Environ 20% de la production mondiale de pétrole et de gaz naturel liquéfié (GNL) transitent par ce détroit coincé entre le sultanat d'Oman et l'Iran.

Depuis lundi dernier, plus d'une vingtaine de navires commerciaux ont été détectés franchissant le détroit d'Ormuz, après de premières attaques visant des navires, selon une analyse par l'AFP des données de MarineTraffic, parmi lesquels neuf pétroliers et deux navires-citernes destinés au transport du GNL.

C'est beaucoup moins qu'habituellement.

Le président américain, Donald Trump, a menacé de frapper l'Iran "beaucoup plus fort" si Téhéran "prenait le monde en otage" en bloquant l'acheminement de pétrole.

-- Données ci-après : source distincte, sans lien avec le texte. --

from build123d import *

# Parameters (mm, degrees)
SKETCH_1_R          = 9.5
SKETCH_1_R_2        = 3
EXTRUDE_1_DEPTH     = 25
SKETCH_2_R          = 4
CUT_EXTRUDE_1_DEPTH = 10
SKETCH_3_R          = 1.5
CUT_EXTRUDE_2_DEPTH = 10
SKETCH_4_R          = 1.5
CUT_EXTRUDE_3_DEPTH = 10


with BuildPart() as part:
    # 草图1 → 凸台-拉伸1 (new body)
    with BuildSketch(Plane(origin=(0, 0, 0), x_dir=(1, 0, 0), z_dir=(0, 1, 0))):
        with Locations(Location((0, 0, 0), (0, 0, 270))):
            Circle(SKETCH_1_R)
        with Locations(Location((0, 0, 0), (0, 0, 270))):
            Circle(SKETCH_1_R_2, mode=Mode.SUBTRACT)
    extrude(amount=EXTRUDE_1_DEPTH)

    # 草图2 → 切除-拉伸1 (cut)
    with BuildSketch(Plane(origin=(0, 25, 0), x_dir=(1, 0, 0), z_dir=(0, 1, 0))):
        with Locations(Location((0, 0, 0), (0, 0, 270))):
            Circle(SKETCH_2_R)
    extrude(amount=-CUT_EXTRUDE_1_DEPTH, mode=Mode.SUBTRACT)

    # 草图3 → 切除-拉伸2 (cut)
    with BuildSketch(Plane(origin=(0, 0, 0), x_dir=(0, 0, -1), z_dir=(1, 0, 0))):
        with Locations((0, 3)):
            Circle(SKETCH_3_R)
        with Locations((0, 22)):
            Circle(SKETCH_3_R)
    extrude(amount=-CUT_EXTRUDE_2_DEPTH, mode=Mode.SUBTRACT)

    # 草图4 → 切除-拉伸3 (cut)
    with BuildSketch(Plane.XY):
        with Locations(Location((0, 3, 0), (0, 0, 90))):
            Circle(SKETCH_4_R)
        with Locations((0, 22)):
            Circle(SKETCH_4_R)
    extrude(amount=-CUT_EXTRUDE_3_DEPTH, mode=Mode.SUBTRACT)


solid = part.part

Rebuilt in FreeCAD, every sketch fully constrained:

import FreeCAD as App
import Part
import Sketcher

V = App.Vector
Q = App.Units.Quantity

doc = App.newDocument("Part")
body = doc.addObject("PartDesign::Body", "Body")

# Sketch on XZ plane
sketch1 = body.newObject("Sketcher::SketchObject", "Sketch")
sketch1.AttachmentSupport = (doc.getObject("XZ_Plane"), [""])
sketch1.MapMode = "FlatFace"
sketch1.addGeometry(Part.Circle(V(0, 0, 0), V(0, 0, 1), 9.5), False)
sketch1.addGeometry(Part.Circle(V(0, 0, 0), V(0, 0, 1), 3), False)
sketch1.addConstraint(Sketcher.Constraint("Coincident", 0, 3, -1, 1))
sketch1.addConstraint(Sketcher.Constraint("Coincident", 1, 3, -1, 1))
sketch1.addConstraint(Sketcher.Constraint("Diameter", 0, Q("19 mm")))
sketch1.addConstraint(Sketcher.Constraint("Diameter", 1, Q("6 mm")))
pad1 = body.newObject("PartDesign::Pad", "Pad")
pad1.Profile = sketch1
pad1.Length = 25
pad1.Reversed = True

# Sketch on XZ plane
sketch2 = body.newObject("Sketcher::SketchObject", "Sketch001")
sketch2.AttachmentSupport = (doc.getObject("XZ_Plane"), [""])
sketch2.MapMode = "FlatFace"
sketch2.AttachmentOffset = App.Placement(V(0, 0, -25), App.Rotation())
sketch2.addGeometry(Part.Circle(V(0, 0, 0), V(0, 0, 1), 4), False)
sketch2.addConstraint(Sketcher.Constraint("Coincident", 0, 3, -1, 1))
sketch2.addConstraint(Sketcher.Constraint("Diameter", 0, Q("8 mm")))
pocket1 = body.newObject("PartDesign::Pocket", "Pocket")
pocket1.Profile = sketch2
pocket1.Length = 10
pocket1.Reversed = True

# Sketch on YZ plane
sketch3 = body.newObject("Sketcher::SketchObject", "Sketch002")
sketch3.AttachmentSupport = (doc.getObject("YZ_Plane"), [""])
sketch3.MapMode = "FlatFace"
sketch3.addGeometry(Part.Circle(V(3, 0, 0), V(0, 0, 1), 1.5), False)
sketch3.addGeometry(Part.Circle(V(22, 0, 0), V(0, 0, 1), 1.5), False)
sketch3.addConstraint(Sketcher.Constraint("Equal", 0, 1))
sketch3.addConstraint(Sketcher.Constraint("PointOnObject", 0, 3, -1))
sketch3.addConstraint(Sketcher.Constraint("PointOnObject", 1, 3, -1))
sketch3.addConstraint(Sketcher.Constraint("Diameter", 0, Q("3 mm")))
sketch3.addConstraint(Sketcher.Constraint("DistanceX", -1, 1, 0, 3, Q("3 mm")))
sketch3.addConstraint(Sketcher.Constraint("DistanceX", -1, 1, 1, 3, Q("22 mm")))
pocket2 = body.newObject("PartDesign::Pocket", "Pocket001")
pocket2.Profile = sketch3
pocket2.Length = 10

# Sketch on XY plane
sketch4 = body.newObject("Sketcher::SketchObject", "Sketch003")
sketch4.AttachmentSupport = (doc.getObject("XY_Plane"), [""])
sketch4.MapMode = "FlatFace"
sketch4.addGeometry(Part.Circle(V(0, 3, 0), V(0, 0, 1), 1.5), False)
sketch4.addGeometry(Part.Circle(V(0, 22, 0), V(0, 0, 1), 1.5), False)
sketch4.addConstraint(Sketcher.Constraint("Equal", 0, 1))
sketch4.addConstraint(Sketcher.Constraint("PointOnObject", 0, 3, -2))
sketch4.addConstraint(Sketcher.Constraint("PointOnObject", 1, 3, -2))
sketch4.addConstraint(Sketcher.Constraint("Diameter", 0, Q("3 mm")))
sketch4.addConstraint(Sketcher.Constraint("DistanceY", -1, 1, 0, 3, Q("3 mm")))
sketch4.addConstraint(Sketcher.Constraint("DistanceY", -1, 1, 1, 3, Q("22 mm")))
pocket3 = body.newObject("PartDesign::Pocket", "Pocket002")
pocket3.Profile = sketch4
pocket3.Length = 10

doc.recompute()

Il a aussi prévenu qu'il y aurait d'importantes conséquences militaires si l'Iran se décidait à miner le détroit d'Ormuz.

Des dizaines de navires sont toujours bloqués dans la région, craignant d'êtres ciblés par des attaques iraniennes mais aussi en raison des primes d'assurances prohibitives.

L'administration Trump a dégagé 20 milliards de dollars pour la réassurance des navires dans le Golfe, dans l'espoir d'encourager le trafic, sans grand succès pour le moment.

L'ONU Commerce et Développement (Cnuced) s'est inquiétée mardi des répercussions des perturbations du trafic maritime sur des secteurs comme l'énergie et les engrais, dont les prix se sont envolés.

L'organisation craint que les pays en développement en paient le prix fort.